Tim and Eric’s world, in contrast, refuses even this basic stylistic coherence. In Awesome Show, frames are always twisting and shrinking and multiplying and dividing; on the whole, its universe is radically cluttered and haphazard. There is little to no continuity between shots—each sketch seems as if it’s been run through an editing machine that alternates between stalling and hyperactive—or within them. At the drop of a hat, a mattress store ad could give way to a bloody nightmare, or a quilting infomercial to an emotional meltdown.

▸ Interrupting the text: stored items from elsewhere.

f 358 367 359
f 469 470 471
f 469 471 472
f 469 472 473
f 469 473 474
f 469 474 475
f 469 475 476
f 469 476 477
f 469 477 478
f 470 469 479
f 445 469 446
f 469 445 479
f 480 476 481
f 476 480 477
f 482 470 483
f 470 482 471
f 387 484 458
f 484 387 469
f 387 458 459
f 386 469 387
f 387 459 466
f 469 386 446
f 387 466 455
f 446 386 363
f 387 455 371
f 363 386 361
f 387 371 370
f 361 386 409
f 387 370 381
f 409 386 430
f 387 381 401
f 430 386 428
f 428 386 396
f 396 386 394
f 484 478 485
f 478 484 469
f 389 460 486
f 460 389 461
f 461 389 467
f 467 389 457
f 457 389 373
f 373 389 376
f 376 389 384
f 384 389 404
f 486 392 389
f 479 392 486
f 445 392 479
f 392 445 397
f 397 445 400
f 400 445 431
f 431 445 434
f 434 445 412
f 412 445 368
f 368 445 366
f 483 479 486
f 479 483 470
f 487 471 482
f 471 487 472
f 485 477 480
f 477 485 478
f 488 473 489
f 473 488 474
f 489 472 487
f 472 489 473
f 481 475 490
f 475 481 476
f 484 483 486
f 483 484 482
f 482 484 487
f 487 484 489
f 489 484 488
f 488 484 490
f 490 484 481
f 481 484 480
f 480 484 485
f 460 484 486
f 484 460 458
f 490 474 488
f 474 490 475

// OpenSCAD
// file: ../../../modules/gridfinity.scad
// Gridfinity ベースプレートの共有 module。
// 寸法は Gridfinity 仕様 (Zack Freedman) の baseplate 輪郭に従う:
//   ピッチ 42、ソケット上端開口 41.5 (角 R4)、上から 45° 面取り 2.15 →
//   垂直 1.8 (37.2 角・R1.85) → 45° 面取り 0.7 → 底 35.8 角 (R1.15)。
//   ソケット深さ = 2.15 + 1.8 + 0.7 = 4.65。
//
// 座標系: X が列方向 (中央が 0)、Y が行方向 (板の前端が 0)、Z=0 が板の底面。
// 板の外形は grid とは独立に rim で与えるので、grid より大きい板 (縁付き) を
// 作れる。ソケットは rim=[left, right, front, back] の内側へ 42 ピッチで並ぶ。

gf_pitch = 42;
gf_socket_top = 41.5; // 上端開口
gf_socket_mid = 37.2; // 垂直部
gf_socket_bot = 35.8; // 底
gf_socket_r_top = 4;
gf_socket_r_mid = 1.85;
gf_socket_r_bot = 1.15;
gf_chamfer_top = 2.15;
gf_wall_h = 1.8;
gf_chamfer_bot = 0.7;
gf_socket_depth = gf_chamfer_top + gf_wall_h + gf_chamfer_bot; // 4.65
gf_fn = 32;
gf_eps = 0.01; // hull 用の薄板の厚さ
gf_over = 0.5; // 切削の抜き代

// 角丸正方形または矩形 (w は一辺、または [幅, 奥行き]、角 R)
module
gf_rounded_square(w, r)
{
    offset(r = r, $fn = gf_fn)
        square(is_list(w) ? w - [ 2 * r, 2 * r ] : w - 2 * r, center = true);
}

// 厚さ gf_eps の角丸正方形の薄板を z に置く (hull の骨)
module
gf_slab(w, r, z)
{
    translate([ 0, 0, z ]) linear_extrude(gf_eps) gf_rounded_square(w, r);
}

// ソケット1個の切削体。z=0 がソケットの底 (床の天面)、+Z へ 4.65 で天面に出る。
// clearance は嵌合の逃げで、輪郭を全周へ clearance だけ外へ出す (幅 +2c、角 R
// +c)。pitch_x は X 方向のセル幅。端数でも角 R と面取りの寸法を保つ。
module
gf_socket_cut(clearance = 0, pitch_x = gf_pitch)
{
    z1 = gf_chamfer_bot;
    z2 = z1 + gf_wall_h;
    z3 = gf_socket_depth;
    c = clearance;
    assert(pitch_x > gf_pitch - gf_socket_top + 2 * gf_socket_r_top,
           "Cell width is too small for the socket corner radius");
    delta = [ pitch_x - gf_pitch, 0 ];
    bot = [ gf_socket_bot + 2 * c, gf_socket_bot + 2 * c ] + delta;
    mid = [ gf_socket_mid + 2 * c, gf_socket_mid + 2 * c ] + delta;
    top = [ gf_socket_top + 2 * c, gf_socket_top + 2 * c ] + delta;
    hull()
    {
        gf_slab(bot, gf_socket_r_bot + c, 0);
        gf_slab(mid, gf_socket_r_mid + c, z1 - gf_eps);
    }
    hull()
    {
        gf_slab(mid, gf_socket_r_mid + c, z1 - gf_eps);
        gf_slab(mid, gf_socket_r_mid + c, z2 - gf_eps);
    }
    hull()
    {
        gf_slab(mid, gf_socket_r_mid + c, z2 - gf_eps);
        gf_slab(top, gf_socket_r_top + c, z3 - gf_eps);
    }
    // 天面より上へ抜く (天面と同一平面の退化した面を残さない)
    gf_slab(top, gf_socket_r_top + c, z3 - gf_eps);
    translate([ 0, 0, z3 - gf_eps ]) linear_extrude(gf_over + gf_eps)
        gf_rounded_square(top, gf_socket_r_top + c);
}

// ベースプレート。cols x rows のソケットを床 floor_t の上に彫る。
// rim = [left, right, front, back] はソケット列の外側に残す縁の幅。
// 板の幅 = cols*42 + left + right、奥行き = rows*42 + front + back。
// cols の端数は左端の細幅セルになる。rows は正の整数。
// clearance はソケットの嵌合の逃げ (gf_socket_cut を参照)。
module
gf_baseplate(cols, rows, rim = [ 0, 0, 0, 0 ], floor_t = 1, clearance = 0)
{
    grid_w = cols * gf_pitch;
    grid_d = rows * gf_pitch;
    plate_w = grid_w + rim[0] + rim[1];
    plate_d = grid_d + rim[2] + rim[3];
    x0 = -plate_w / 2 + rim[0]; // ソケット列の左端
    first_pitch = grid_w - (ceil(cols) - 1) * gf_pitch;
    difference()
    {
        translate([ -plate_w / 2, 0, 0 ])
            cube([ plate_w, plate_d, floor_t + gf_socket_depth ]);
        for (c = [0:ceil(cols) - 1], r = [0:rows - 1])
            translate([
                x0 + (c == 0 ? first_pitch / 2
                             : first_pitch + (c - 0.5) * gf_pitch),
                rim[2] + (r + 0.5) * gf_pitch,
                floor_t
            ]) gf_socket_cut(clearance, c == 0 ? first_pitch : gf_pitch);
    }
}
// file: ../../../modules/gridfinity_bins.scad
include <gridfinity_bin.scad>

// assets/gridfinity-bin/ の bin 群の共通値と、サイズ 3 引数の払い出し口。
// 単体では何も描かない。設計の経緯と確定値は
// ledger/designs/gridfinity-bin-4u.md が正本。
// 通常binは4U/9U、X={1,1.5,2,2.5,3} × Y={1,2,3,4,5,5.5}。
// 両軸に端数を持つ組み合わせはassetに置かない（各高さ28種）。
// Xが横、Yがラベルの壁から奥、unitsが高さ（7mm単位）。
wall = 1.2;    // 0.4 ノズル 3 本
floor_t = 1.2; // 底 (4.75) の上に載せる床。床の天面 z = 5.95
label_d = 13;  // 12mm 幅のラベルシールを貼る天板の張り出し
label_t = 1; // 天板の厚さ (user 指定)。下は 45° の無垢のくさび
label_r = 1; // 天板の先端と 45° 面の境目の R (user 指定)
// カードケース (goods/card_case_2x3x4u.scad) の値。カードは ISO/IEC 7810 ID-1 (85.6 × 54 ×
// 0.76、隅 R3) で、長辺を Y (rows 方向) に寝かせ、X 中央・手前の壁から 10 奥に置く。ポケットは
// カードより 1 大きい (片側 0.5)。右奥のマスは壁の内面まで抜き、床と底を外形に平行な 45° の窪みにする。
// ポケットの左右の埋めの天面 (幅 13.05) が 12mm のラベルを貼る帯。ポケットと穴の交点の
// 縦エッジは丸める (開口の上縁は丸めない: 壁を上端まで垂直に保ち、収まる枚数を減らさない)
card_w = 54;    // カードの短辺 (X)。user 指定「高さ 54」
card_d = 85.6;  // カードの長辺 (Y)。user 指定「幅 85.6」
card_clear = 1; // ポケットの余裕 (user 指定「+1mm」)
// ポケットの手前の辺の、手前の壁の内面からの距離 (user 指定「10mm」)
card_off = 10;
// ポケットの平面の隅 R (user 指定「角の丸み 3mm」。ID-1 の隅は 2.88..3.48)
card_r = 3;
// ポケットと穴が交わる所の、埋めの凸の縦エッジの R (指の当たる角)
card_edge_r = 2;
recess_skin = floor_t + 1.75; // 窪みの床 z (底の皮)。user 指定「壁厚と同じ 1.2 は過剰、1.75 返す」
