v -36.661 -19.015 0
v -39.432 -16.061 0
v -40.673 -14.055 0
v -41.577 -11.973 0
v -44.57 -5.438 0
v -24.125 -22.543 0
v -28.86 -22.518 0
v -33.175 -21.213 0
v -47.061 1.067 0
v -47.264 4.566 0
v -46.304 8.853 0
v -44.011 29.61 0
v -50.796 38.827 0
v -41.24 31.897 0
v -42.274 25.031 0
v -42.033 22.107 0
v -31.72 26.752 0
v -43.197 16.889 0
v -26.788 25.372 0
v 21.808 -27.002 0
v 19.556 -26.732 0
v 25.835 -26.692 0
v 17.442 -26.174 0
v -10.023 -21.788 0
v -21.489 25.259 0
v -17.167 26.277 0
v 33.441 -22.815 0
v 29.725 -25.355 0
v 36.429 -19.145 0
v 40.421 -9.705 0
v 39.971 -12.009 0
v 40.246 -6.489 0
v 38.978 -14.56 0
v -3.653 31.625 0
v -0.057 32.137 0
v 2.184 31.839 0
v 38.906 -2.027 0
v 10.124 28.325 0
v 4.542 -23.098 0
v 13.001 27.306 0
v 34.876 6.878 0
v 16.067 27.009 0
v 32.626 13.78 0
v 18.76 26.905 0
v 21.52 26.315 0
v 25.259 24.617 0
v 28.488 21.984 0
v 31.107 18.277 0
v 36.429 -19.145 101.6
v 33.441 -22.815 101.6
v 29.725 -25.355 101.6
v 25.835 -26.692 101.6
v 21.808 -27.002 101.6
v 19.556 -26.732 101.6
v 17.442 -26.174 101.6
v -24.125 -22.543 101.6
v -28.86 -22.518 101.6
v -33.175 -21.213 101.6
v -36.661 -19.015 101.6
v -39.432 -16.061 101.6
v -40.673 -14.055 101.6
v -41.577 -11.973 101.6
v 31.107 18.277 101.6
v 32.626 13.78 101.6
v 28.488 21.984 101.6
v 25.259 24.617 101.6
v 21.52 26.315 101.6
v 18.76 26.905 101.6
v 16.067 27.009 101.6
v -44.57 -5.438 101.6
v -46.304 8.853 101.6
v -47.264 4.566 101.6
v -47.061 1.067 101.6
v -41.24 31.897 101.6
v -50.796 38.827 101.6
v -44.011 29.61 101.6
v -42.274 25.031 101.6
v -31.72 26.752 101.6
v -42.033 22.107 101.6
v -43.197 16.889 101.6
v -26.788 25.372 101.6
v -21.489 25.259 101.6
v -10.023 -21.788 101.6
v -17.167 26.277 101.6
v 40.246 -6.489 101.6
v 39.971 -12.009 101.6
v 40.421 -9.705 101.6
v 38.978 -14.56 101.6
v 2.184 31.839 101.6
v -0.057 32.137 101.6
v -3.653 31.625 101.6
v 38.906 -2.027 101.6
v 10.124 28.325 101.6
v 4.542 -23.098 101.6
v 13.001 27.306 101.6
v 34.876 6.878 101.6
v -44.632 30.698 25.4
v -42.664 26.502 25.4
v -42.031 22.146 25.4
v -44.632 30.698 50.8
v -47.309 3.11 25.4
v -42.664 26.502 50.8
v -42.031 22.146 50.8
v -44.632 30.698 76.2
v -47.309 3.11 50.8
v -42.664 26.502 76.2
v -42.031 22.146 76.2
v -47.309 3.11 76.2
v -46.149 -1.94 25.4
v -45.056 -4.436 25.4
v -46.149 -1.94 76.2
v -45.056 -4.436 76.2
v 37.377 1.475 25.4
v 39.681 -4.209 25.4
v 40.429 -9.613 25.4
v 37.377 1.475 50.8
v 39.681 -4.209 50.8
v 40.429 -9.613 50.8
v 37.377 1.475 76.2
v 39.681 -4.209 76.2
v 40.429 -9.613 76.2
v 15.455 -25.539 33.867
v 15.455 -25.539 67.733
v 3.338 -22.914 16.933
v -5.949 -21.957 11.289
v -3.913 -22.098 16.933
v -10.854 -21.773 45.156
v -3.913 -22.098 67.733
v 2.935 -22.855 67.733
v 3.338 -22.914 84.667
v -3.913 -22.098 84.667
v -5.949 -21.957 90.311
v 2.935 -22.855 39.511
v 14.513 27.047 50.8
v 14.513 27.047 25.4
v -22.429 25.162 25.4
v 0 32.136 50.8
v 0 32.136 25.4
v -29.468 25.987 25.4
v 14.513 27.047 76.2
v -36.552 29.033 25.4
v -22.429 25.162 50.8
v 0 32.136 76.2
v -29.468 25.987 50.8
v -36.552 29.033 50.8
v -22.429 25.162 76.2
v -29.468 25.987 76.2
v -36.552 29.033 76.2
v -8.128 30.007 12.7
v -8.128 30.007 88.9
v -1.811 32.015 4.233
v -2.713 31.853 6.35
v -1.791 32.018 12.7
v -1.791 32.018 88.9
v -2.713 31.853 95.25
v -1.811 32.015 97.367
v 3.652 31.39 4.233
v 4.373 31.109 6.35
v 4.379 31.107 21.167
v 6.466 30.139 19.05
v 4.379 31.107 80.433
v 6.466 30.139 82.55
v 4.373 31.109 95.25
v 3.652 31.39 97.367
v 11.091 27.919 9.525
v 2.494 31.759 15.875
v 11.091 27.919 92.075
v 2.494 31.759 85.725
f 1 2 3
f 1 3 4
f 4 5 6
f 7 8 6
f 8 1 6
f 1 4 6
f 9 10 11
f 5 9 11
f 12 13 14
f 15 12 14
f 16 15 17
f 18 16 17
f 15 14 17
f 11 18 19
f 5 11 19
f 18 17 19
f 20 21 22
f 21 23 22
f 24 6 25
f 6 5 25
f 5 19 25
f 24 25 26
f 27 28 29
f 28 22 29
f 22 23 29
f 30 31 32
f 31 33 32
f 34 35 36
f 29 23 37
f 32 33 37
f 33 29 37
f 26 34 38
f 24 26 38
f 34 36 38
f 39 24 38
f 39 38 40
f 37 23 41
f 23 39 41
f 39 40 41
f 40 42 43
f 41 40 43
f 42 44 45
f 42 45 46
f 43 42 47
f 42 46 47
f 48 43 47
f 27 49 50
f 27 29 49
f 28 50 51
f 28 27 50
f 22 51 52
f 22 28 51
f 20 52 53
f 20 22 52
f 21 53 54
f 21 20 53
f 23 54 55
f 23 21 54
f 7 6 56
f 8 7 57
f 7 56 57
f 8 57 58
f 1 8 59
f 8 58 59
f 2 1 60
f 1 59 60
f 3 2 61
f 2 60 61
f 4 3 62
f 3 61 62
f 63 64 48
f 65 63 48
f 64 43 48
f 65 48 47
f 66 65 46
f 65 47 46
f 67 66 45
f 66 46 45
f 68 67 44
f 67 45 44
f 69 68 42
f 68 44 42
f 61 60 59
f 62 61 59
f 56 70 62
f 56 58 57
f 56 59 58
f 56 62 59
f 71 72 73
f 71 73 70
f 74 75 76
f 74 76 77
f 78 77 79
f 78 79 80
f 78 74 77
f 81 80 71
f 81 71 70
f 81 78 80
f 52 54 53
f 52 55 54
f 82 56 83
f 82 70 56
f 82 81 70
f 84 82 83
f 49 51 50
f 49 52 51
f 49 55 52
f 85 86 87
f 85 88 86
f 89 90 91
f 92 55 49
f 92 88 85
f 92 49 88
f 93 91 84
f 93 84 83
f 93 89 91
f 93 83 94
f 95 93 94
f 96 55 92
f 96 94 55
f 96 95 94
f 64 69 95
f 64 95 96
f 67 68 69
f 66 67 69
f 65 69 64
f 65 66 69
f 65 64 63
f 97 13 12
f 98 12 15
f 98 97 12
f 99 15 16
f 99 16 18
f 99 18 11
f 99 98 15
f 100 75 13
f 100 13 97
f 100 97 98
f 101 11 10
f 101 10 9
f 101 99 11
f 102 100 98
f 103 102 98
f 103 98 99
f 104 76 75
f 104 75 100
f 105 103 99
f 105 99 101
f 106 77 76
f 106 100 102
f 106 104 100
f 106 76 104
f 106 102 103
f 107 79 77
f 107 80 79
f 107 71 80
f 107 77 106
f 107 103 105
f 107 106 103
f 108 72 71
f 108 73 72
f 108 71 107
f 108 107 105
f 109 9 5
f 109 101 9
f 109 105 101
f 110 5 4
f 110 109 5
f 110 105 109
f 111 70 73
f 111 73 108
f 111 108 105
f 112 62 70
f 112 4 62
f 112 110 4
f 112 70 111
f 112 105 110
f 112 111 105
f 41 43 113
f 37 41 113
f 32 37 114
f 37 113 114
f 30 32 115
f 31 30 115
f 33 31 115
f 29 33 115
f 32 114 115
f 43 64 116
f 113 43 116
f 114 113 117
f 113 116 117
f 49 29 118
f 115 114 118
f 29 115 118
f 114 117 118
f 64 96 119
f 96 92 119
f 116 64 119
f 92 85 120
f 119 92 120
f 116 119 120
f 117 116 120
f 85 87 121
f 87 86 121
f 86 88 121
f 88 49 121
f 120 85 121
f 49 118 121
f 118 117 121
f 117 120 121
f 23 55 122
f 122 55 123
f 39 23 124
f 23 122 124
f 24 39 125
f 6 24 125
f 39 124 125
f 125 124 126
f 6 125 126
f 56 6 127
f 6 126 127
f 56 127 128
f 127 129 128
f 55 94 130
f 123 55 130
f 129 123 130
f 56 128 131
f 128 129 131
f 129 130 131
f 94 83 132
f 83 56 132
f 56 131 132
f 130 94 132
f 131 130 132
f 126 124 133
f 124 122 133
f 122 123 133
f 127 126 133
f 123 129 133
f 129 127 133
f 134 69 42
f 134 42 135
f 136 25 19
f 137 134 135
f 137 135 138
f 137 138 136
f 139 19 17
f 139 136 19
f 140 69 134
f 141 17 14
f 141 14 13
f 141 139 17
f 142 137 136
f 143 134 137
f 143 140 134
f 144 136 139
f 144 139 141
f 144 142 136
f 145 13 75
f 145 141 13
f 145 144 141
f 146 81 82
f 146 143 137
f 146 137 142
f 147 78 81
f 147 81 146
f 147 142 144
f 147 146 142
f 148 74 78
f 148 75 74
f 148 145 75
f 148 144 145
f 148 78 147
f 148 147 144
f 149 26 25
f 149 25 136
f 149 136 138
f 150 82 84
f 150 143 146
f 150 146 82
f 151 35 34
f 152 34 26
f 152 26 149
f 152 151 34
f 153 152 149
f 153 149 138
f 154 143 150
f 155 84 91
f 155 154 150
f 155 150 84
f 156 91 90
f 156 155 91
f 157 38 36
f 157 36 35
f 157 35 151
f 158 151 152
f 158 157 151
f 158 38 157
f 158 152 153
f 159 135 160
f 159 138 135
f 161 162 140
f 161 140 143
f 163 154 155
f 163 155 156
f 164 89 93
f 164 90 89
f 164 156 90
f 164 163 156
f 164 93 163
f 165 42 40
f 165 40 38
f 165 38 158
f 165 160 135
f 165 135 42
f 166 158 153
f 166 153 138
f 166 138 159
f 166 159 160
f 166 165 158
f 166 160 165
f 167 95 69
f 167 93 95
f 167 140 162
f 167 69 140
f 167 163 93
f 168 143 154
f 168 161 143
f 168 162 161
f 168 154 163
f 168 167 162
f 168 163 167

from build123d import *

# Parameters (mm, degrees)
F0_W     = 101.5910282731
F0_H     = 77.6539891958
F1_DEPTH = 101.6
F3_DEPTH = 101.6
F5_DEPTH = 101.6
F7_DEPTH = 101.6
F9_DEPTH = 101.6
F10_R    = 16.0867356871


with BuildPart() as f1:
    # F0 (on Top) → F1 (new body)
    with BuildSketch(Plane.XY):
        Rectangle(F0_W, F0_H)
    extrude(amount=F1_DEPTH)

    # F2 (on face) → F3 (cut)
    with BuildSketch(Plane.XY.offset(101.6)):
        with BuildLine():
            Line((50.7955141366, 38.8269945979), (38.5442748666, 38.8269945979))
            add(Edge.make_bspline(
                [(38.5442748666, 38.8269945979), (34.7853659664, 30.2941058652), (27.4030797948, 13.5359911654), (46.6627614991, -9.3957882173), (29.103787605, -25.5658223286), (36.0228889451, -34.5663805962), (39.2981991172, -38.8269945979)],
                knots=[0, 0, 0, 0, 0.283682279, 0.5571360789, 0.7903605347, 1, 1, 1, 1], degree=3))
            Line((39.2981991172, -38.8269945979), (50.7955141366, -38.8269945979))
            Line((50.7955141366, -38.8269945979), (50.7955141366, 38.8269945979))
        make_face()
    extrude(amount=-F3_DEPTH, mode=Mode.SUBTRACT)

    # F4 (on face) → F5 (cut)
    with BuildSketch(Plane.XY.offset(101.6)):
        with BuildLine():
            add(Edge.make_bspline(
                [(38.5442748666, 38.8269945979), (29.9431561562, 32.6029015251), (14.8219290997, 21.6606127667), (0.0386577819, 37.5410923501), (-23.565421963, 18.2450760846), (-41.2868280887, 31.6398356211), (-50.7955141366, 38.8269945979)],
                knots=[0, 0, 0, 0, 0.2645834083, 0.4651517933, 0.7130191789, 1, 1, 1, 1], degree=3))
            Line((38.5442748666, 38.8269945979), (-50.7955141366, 38.8269945979))
        make_face()
    extrude(amount=-F5_DEPTH, mode=Mode.SUBTRACT)

    # F6 (on face) → F7 (cut)
    with BuildSketch(Plane.XY.offset(101.6)):
        with BuildLine():
            add(Edge.make_bspline(
                [(-50.7955141366, 38.8269945979), (-46.2906352529, 33.4547816389), (-37.173187337, 22.5819317548), (-52.7501205698, 2.7238951898), (-35.0519329818, -15.7962550208), (-45.3352097584, -30.839304446), (-50.7955141366, -38.8269945979)],
                knots=[0, 0, 0, 0, 0.2375830787, 0.4808456346, 0.7243348676, 1, 1, 1, 1], degree=3))
            Line((-50.7955141366, 38.8269945979), (-50.7955141366, -38.8269945979))
        make_face()
    extrude(amount=-F7_DEPTH, mode=Mode.SUBTRACT)

    # F8 (on face) → F9 (cut)
    with BuildSketch(Plane.XY.offset(101.6)):
        with BuildLine():
            Line((-50.7955141366, -38.8269945979), (39.2981991172, -38.8269945979))
            add(Edge.make_bspline(
                [(39.2981991172, -38.8269945979), (32.7183320176, -33.7923939712), (17.3722477055, -22.0503018399), (-35.0525291727, -19.4554191131), (-46.2426012078, -33.2246836844), (-50.7955141366, -38.8269945979)],
                knots=[0, 0, 0, 0, 0.3080537995, 0.7184673349, 1, 1, 1, 1], degree=3))
        make_face()
    extrude(amount=-F9_DEPTH, mode=Mode.SUBTRACT)

    # F10
    f10_edges = [f1.edges().sort_by_distance(p)[0] for p in [
        (-50.795514, -38.826995, 50.8),
        (39.298199, -38.826995, 50.8),
        (38.544275, 38.826995, 50.8),
    ]]
    fillet(f10_edges, radius=F10_R)


solid = f1.part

And yet, paradoxically, the show’s radical instability is itself the product of a meticulous design, which is arguably what makes it such a fitting model for network TV as a whole.

On one level, Tim and Eric remind us that it’s misguided to expect aesthetic refinement, causal continuity, or narrative coherence from a medium that rarely allows for them. The vast majority of network TV programming, they suggest, does conform to a kind of order, but one dictated primarily by commercial interests rather than by the demands of logic or good taste. This is, I would argue, why Awesome Show often feels at once anarchic and micromanaged, predictable and out of control. It corresponds to a medium in which seemingly aesthetic choices—what to show, when to cut, how to arrange images in sequence—have become purely economic ones, motivated by the demands of advertisers, the pull of brands, and the hand of the marketplace.

Tim and Eric have described Awesome Show as “a nightmare version of television,” in the same way, perhaps, that Sherlock Jr.’s movie-within-a-movie is a nightmare version of cinema. It’s telling, then, that Keaton’s nightmare arrives at a kind of clockwork-like equilibrium even as it spins deeper and deeper into chaos, whereas Tim and Eric’s has been carefully designed to drift farther away from aesthetic coherence with each verbal stumble and jarring cut. Both artists suggest that stepping into their respective mediums means losing one’s balance. In the case of Awesome Show, though, once you’ve started falling, it’s hard to stop.